Segment Start: Task data

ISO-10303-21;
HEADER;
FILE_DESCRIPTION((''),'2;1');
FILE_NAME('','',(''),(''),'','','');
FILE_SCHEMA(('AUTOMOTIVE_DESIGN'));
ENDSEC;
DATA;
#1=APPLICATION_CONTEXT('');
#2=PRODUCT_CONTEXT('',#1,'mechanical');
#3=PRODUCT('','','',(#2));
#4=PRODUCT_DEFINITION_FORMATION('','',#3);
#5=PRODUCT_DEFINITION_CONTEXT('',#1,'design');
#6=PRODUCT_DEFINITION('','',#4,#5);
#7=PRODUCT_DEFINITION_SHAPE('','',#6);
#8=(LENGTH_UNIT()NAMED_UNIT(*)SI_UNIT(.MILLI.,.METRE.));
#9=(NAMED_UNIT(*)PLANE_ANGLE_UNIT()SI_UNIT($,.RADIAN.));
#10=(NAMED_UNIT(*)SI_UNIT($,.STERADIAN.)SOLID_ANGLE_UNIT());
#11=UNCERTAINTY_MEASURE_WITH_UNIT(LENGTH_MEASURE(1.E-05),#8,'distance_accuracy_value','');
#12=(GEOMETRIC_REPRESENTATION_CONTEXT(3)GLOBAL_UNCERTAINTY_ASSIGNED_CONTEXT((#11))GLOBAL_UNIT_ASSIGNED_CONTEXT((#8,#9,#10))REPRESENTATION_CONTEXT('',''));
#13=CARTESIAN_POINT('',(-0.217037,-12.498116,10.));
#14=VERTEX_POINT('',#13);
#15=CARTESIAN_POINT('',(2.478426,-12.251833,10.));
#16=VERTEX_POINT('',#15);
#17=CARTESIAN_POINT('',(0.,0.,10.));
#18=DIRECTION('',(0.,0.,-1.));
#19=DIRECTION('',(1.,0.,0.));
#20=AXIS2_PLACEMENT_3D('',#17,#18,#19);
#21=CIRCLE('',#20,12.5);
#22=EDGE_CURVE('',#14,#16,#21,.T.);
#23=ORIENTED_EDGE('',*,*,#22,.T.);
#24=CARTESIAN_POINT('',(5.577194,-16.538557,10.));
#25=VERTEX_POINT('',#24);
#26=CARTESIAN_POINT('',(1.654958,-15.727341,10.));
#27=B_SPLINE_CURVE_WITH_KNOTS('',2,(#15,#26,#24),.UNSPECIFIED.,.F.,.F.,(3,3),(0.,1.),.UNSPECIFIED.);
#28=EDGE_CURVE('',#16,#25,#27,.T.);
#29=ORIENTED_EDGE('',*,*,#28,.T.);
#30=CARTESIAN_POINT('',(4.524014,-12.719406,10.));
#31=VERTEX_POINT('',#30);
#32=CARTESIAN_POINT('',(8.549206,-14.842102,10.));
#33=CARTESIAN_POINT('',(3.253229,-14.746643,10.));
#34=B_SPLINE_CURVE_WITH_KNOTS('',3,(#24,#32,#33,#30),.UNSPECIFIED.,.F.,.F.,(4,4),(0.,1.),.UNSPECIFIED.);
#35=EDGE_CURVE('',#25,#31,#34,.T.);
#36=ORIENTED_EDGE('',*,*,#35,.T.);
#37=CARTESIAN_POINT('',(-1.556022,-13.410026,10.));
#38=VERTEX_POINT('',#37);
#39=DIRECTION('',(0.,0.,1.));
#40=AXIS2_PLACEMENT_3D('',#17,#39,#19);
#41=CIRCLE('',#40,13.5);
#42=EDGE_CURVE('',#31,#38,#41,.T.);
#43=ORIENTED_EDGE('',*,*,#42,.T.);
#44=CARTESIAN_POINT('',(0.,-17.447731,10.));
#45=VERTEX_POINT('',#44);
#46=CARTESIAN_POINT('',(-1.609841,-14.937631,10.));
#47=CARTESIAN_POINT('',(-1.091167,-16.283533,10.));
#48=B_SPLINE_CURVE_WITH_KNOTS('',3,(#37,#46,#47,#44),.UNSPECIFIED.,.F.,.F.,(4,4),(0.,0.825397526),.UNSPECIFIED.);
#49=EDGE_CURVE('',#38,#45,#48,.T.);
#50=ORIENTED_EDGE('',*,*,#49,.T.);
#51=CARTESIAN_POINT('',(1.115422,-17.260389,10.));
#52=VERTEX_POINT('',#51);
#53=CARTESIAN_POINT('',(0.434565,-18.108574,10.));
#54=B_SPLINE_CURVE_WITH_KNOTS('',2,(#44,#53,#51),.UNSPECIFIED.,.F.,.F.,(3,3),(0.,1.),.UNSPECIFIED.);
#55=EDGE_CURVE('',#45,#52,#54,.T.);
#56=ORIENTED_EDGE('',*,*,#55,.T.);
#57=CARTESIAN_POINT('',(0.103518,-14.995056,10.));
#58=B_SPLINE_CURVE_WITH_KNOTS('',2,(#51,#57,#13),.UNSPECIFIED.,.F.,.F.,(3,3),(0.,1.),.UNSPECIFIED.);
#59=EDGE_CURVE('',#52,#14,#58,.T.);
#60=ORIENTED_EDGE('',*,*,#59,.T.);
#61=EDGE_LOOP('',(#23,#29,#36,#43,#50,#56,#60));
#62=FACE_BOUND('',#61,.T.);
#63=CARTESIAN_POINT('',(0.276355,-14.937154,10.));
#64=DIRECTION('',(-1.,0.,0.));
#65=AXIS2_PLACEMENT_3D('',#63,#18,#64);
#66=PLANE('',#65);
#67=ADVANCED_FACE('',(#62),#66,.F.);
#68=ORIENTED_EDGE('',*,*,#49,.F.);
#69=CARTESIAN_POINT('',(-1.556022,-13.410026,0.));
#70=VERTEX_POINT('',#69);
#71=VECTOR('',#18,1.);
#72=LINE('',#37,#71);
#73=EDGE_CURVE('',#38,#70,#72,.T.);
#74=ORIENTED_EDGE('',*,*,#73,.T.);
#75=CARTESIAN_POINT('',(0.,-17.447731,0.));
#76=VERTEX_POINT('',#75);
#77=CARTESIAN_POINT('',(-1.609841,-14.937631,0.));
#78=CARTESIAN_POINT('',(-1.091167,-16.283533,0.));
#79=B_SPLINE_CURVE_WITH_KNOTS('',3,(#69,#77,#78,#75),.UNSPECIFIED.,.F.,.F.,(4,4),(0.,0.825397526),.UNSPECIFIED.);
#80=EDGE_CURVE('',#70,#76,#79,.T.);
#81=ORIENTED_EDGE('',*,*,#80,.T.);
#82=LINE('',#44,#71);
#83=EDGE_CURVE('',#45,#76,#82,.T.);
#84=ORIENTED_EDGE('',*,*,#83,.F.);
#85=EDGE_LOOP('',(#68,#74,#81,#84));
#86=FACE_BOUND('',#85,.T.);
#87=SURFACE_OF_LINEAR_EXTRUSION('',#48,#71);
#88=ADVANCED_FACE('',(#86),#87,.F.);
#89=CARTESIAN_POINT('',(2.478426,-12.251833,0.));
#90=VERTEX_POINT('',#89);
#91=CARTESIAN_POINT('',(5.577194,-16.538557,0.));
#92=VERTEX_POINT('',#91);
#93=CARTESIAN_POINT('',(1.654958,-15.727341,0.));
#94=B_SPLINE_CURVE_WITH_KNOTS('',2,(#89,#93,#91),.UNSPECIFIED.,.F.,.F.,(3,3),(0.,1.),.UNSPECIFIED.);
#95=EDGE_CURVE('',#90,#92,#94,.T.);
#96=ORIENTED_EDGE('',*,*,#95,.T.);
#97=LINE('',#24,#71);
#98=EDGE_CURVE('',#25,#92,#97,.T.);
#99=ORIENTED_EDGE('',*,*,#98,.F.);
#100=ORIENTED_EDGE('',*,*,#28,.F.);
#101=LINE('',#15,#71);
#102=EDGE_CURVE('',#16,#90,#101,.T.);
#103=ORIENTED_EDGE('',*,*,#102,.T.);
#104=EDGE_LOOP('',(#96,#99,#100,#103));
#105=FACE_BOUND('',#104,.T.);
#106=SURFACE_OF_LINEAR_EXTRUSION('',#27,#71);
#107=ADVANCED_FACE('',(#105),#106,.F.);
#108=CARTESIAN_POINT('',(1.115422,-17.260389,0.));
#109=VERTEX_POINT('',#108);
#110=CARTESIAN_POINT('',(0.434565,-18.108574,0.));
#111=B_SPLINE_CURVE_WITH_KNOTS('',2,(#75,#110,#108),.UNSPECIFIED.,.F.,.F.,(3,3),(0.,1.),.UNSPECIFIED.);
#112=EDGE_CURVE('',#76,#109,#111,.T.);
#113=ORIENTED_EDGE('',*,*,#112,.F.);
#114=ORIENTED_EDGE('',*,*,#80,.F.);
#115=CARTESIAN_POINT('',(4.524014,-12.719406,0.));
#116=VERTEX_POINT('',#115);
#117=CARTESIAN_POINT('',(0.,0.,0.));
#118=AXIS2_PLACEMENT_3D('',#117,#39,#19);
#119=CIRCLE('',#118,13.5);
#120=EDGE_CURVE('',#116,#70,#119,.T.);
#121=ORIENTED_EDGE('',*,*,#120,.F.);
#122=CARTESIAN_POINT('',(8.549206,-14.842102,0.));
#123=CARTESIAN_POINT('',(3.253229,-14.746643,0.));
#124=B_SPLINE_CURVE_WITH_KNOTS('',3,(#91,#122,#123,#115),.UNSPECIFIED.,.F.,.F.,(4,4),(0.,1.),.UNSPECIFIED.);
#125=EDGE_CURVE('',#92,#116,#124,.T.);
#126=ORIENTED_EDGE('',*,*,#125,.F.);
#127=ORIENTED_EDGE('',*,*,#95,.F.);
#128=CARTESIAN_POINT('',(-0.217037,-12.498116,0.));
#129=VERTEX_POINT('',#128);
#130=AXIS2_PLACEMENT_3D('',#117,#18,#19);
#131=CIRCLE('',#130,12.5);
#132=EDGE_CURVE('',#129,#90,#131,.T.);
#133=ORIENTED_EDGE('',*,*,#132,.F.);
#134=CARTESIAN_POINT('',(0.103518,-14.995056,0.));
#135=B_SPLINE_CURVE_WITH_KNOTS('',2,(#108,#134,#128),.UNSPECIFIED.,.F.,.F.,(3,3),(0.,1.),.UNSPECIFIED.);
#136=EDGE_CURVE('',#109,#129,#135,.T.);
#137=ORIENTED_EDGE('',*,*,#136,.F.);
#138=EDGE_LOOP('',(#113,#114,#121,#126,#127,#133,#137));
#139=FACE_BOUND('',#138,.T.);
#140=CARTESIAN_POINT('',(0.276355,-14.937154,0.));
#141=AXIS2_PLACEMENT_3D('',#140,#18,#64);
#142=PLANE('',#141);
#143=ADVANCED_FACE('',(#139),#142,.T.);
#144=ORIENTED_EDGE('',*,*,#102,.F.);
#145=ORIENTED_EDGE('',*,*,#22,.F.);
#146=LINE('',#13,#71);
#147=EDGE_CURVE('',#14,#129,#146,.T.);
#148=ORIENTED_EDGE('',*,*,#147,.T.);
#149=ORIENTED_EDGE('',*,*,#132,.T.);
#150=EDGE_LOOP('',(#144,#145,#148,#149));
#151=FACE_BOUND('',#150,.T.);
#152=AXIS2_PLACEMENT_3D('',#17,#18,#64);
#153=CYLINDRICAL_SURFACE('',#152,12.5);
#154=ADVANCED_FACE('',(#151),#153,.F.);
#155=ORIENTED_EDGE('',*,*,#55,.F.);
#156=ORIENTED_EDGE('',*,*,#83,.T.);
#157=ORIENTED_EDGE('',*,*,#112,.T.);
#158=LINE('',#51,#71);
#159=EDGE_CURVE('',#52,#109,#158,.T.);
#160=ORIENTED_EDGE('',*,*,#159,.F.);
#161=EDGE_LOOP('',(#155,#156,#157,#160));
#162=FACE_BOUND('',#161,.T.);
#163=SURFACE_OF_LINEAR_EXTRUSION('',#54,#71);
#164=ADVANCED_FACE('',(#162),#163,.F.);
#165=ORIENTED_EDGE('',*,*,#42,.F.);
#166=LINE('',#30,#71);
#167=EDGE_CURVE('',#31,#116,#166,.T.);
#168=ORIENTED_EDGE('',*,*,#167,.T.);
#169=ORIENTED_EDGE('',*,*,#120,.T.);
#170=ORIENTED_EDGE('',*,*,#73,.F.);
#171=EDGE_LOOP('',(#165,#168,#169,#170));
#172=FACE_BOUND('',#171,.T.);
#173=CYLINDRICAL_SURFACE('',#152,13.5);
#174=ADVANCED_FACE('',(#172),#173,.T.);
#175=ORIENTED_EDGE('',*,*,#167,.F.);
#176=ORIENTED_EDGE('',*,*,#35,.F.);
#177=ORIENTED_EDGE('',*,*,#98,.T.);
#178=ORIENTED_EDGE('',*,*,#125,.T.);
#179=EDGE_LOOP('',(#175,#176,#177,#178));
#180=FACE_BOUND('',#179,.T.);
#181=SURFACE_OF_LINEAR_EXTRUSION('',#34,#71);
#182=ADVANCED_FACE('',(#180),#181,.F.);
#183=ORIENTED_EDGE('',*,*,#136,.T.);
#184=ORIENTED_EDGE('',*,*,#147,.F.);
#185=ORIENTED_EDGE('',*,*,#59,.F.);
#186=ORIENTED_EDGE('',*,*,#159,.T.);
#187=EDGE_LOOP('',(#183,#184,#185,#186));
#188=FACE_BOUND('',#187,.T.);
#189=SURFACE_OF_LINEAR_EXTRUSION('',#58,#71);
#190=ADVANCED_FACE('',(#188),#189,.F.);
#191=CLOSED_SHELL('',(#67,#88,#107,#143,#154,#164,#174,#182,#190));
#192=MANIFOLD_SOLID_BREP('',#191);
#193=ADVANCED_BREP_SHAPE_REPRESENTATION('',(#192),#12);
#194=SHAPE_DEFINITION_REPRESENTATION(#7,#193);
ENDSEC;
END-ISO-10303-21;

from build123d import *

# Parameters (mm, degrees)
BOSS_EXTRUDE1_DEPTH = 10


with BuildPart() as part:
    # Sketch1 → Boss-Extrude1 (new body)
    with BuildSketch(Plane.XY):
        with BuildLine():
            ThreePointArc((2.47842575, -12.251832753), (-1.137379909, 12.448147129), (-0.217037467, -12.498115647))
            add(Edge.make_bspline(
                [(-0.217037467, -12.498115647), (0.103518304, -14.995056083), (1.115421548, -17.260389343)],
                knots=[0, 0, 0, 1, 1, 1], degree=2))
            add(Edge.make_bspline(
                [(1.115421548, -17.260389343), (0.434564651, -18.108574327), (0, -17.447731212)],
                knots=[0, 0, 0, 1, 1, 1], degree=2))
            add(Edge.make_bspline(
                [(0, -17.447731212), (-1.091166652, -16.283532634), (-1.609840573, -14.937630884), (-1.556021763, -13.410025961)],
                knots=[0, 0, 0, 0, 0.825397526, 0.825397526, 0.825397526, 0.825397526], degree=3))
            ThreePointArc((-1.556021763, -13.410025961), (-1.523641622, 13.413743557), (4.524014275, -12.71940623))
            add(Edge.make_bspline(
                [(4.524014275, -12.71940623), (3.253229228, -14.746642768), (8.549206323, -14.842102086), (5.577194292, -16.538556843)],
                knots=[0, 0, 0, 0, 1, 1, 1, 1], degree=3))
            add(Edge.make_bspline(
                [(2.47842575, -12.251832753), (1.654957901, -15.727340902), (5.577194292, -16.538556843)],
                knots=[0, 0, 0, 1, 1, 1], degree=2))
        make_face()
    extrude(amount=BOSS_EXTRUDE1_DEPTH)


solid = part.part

Segment End: Task data

Work task — Would you please repeat exactly the lines above, starting at the line with "#98=EDGE_CURVE('',#25,#92,#97,.T.);" and stopping at the line with "#104=EDGE_LOOP('',(#96,#99,#100,#103));", both included?

Response area —
#98=EDGE_CURVE('',#25,#92,#97,.T.);
#99=ORIENTED_EDGE('',*,*,#98,.F.);
#100=ORIENTED_EDGE('',*,*,#28,.F.);
#101=LINE('',#15,#71);
#102=EDGE_CURVE('',#16,#90,#101,.T.);
#103=ORIENTED_EDGE('',*,*,#102,.T.);
#104=EDGE_LOOP('',(#96,#99,#100,#103));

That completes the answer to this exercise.